# Option exercise prices



## canny (7 September 2005)

I have software that gives me all the data I need for each company, including exercise dates and strike price of options.
Does anyone know if there is a free on web place to find the exercise price?
I've looked on Commsec and the ASX website and found nothing, and just trying to help after a message from a new poster.
TIA folks


----------



## bvbfan (8 September 2005)

Are you referring to exchange traded options (ETO's) or 
company issued options?

ETO's should be standard exercise prices (depending on the security and the prevailing market price for that security) and set dates (usally 3rd Thursaday of the contract month) 
Stock option expiry dates to June 2006

29 September 2005
27 October 2005
24 November 2005
22 December 2005
24 January 2006
23 February 2006
30 March 2006
27 April 2006
25 May 2006
29 June 2006


for company issued options you may have input company details on the ASX website, but I prefer to use Tradingroom. Just input company details into their search, then go to related securites that should list all options and relevant exercise price and expiry date.


----------



## canny (10 September 2005)

Thanks bvbfan.
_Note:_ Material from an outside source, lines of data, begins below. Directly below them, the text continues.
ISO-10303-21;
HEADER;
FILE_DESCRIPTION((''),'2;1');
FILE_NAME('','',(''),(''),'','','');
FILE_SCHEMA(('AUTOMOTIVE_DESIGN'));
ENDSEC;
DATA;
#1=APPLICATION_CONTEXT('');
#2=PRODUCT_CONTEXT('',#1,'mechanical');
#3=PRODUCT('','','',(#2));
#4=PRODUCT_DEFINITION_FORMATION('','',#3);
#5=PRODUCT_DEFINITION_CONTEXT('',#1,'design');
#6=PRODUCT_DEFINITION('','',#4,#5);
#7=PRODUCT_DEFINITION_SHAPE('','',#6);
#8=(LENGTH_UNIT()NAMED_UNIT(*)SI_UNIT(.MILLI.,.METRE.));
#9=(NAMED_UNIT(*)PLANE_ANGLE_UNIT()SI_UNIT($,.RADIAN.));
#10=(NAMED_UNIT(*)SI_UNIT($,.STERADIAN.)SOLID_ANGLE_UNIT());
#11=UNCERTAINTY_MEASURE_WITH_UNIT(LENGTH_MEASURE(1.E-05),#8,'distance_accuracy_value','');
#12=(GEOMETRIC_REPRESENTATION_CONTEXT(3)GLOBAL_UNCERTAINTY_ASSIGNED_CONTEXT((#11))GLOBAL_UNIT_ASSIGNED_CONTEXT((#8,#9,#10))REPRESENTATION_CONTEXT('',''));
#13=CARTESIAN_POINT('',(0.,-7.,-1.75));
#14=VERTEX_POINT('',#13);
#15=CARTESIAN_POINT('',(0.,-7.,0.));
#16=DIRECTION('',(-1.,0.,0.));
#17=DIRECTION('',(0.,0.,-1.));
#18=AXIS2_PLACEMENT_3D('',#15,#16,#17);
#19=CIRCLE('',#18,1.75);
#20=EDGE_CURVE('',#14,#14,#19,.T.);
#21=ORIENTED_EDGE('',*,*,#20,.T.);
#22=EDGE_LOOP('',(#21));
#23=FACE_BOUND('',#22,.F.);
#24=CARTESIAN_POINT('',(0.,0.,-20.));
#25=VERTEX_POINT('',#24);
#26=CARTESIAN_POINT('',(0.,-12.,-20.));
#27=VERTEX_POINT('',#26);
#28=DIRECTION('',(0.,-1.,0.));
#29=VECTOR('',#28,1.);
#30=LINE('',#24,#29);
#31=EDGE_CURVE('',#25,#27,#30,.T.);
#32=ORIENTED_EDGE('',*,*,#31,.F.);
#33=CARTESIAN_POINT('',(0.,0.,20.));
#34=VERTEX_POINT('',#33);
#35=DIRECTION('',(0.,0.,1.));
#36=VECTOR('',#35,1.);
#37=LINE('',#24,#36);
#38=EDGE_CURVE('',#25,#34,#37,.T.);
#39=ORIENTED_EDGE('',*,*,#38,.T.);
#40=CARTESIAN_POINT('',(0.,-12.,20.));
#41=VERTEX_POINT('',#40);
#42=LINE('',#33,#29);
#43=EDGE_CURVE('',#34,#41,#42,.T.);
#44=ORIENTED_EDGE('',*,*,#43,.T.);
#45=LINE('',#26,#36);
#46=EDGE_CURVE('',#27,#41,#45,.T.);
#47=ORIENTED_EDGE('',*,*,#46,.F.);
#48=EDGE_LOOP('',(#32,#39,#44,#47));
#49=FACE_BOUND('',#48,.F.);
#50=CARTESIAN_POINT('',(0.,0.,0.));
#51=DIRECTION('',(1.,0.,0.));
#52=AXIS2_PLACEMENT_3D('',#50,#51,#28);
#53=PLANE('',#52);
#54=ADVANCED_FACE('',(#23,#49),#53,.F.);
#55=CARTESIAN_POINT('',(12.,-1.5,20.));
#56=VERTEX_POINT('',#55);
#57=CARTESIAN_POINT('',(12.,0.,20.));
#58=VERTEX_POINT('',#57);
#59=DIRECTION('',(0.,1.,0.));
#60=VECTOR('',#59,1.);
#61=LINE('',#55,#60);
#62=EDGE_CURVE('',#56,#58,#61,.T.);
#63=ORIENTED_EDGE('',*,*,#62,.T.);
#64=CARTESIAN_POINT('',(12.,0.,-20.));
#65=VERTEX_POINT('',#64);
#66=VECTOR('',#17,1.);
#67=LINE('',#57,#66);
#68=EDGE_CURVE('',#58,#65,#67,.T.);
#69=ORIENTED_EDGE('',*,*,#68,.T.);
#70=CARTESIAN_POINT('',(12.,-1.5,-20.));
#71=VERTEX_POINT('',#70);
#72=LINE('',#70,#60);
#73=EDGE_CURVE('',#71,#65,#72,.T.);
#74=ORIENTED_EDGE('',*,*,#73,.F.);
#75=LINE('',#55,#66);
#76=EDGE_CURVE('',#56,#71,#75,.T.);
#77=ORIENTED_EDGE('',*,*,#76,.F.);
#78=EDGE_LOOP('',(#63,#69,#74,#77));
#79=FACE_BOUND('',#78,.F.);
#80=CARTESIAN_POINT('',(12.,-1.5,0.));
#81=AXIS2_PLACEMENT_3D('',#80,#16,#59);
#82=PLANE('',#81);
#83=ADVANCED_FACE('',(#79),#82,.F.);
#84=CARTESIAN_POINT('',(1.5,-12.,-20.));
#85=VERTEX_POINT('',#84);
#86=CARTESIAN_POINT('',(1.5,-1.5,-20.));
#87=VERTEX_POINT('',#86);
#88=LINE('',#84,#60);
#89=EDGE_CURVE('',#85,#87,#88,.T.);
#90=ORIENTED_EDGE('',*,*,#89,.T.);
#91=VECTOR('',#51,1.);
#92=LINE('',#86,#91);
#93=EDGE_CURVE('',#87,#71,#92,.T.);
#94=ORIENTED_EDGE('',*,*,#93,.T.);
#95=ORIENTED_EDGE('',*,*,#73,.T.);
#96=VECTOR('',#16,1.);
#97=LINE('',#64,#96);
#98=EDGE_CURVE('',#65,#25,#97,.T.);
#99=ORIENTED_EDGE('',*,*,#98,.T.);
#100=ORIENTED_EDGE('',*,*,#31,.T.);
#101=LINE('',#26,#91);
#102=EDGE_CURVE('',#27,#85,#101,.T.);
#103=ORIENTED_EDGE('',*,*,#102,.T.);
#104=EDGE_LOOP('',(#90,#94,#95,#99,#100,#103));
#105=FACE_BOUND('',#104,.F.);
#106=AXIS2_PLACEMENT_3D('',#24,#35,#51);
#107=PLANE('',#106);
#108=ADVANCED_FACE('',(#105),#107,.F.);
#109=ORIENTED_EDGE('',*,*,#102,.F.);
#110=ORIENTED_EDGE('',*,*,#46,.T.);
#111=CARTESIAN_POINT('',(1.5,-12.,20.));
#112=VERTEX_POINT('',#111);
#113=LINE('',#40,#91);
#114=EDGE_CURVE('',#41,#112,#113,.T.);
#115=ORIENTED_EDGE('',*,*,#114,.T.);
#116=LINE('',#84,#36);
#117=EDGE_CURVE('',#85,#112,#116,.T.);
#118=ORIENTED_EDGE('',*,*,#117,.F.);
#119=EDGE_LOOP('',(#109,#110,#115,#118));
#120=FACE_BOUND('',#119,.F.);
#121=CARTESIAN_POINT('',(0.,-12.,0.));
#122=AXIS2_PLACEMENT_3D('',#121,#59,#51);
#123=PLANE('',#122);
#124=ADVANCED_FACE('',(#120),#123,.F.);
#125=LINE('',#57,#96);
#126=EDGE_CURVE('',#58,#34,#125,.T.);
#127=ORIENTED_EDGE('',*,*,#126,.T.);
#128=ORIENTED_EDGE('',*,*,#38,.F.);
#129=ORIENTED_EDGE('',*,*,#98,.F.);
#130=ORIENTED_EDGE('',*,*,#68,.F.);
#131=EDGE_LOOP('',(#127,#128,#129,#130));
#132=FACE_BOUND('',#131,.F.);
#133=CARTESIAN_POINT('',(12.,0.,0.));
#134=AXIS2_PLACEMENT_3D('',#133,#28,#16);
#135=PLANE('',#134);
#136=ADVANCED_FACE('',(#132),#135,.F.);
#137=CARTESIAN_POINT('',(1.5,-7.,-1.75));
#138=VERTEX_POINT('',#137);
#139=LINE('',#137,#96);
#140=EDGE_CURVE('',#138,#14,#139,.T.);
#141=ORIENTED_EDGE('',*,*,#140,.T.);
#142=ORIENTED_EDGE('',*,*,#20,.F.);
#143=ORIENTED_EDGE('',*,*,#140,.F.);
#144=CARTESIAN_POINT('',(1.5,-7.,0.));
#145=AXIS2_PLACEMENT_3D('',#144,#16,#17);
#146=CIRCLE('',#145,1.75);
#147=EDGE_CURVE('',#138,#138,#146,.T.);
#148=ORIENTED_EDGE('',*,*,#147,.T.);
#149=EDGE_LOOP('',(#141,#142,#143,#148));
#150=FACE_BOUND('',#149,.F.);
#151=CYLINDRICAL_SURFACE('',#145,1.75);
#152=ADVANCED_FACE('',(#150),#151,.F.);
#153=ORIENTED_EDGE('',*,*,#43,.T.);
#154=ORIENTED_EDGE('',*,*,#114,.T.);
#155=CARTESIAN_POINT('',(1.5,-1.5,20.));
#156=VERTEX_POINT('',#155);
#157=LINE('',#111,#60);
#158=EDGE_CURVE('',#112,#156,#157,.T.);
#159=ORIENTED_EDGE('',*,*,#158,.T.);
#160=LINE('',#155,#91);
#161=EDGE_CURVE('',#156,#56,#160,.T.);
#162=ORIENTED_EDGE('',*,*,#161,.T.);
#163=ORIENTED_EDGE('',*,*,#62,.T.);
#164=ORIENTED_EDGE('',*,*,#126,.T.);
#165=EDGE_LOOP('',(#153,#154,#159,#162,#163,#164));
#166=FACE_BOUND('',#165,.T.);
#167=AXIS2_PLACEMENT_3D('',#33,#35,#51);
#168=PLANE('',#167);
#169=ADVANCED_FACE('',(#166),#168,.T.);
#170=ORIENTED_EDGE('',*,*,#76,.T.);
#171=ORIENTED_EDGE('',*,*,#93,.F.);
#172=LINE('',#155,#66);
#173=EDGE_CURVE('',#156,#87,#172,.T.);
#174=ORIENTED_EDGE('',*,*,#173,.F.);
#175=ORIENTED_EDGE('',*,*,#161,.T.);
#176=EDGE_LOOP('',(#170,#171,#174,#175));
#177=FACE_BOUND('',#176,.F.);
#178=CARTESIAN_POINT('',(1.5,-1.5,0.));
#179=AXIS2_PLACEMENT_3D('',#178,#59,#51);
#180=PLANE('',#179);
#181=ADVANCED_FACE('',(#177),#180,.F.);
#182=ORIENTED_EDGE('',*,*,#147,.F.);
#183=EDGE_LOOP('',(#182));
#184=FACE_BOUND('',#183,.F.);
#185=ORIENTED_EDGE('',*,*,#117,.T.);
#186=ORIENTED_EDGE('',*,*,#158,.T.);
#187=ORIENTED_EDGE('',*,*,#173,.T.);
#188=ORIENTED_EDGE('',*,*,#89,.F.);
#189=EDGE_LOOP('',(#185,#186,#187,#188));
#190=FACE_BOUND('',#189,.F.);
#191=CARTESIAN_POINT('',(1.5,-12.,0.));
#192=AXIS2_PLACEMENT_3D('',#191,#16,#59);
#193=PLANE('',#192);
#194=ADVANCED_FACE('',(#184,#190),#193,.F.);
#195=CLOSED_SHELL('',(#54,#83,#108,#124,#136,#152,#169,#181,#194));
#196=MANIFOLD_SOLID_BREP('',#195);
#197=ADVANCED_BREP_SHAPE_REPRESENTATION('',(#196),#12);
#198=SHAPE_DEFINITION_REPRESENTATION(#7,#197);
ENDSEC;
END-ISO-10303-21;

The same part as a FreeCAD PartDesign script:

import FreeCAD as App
import Part
import Sketcher

V = App.Vector

doc = App.newDocument("Part")
params = doc.addObject("Spreadsheet::Sheet", "Params")
for row, (alias, value) in enumerate([
    ("sketch1_width", "12 mm"),
    ("sketch1_width2", "1.5 mm"),
    ("pad1_length", "40 mm"),
    ("sketch2_diameter", "3.5 mm"),
    ("hole_diameter", "3.5 mm"),
], start=1):
    params.set(f"A{row}", alias)
    params.set(f"B{row}", "=" + value)
    params.setAlias(f"B{row}", alias)

body = doc.addObject("PartDesign::Body", "Body")

# Sketch on XY plane
sketch1 = body.newObject("Sketcher::SketchObject", "Sketch")
sketch1.AttachmentSupport = (doc.getObject("XY_Plane"), [""])
sketch1.MapMode = "FlatFace"
sketch1.addGeometry([
    Part.LineSegment(V(12, 0, 0), V(0, 0, 0)),  # 0
    Part.LineSegment(V(0, 0, 0), V(0, -12, 0)),  # 1
    Part.LineSegment(V(0, -12, 0), V(1.5, -12, 0)),  # 2
    Part.LineSegment(V(1.5, -12, 0), V(1.5, -1.5, 0)),  # 3
    Part.LineSegment(V(1.5, -1.5, 0), V(12, -1.5, 0)),  # 4
    Part.LineSegment(V(12, -1.5, 0), V(12, 0, 0)),  # 5
], False)
sketch1.addConstraint([
    Sketcher.Constraint("Coincident", 0, 2, 1, 1),
    Sketcher.Constraint("Coincident", 1, 2, 2, 1),
    Sketcher.Constraint("Coincident", 2, 2, 3, 1),
    Sketcher.Constraint("Coincident", 3, 2, 4, 1),
    Sketcher.Constraint("Coincident", 4, 2, 5, 1),
    Sketcher.Constraint("Coincident", 5, 2, 0, 1),
    Sketcher.Constraint("Horizontal", 0),
    Sketcher.Constraint("Vertical", 1),
    Sketcher.Constraint("Horizontal", 2),
    Sketcher.Constraint("Vertical", 3),
    Sketcher.Constraint("Horizontal", 4),
    Sketcher.Constraint("Vertical", 5),
    Sketcher.Constraint("Coincident", 0, 2, -1, 1),
    Sketcher.Constraint("Equal", 0, 1),
    Sketcher.Constraint("Equal", 4, 3),
    Sketcher.Constraint("DistanceX", 0, 2, 0, 1, 12.0),
    Sketcher.Constraint("DistanceX", 2, 1, 2, 2, 1.5),
])
sketch1.setExpression("Constraints[15]", "Params.sketch1_width")
sketch1.setExpression("Constraints[16]", "Params.sketch1_width2")
pad1 = body.newObject("PartDesign::Pad", "Pad")
pad1.Profile = sketch1
pad1.setExpression("Length", "Params.pad1_length")
pad1.Midplane = True

# Sketch on YZ plane
sketch2 = body.newObject("Sketcher::SketchObject", "Sketch001")
sketch2.AttachmentSupport = (doc.getObject("YZ_Plane"), [""])
sketch2.MapMode = "FlatFace"
sketch2.AttachmentOffset = App.Placement(V(0, 0, 1.5), App.Rotation())
sketch2.addGeometry(Part.Circle(V(-7, 0, 0), V(0, 0, 1), 1.8), False)
sketch2.addConstraint([
    Sketcher.Constraint("PointOnObject", 0, 3, -1),
    Sketcher.Constraint("Diameter", 0, 3.5),
    Sketcher.Constraint("DistanceX", 0, 3, -1, 1, 7.0),
])
sketch2.setExpression("Constraints[1]", "Params.sketch2_diameter")
doc.recompute()
hole = body.newObject("PartDesign::Hole", "Hole")
hole.Profile = sketch2
hole.ThreadType = "None"
hole.setExpression("Diameter", "Params.hole_diameter")
hole.DepthType = "ThroughAll"

doc.recompute()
It's company traded options I was asked about.
Still definitely can't find them on ASX website.
Do you have a web address for trading room?
Cheers


----------



## Kauri (10 September 2005)

Canny
         Try...   http://tradingroom.com.au/


----------



## bvbfan (10 September 2005)

All listed company options were available in Shares magazine a while back but now it seems limited to the website
I'm not sure if its premium content but try this link
http://www.sharesmag.com.au/tools/tables/monthlytables.aspx?disc=y

grr can't add link for some reason


----------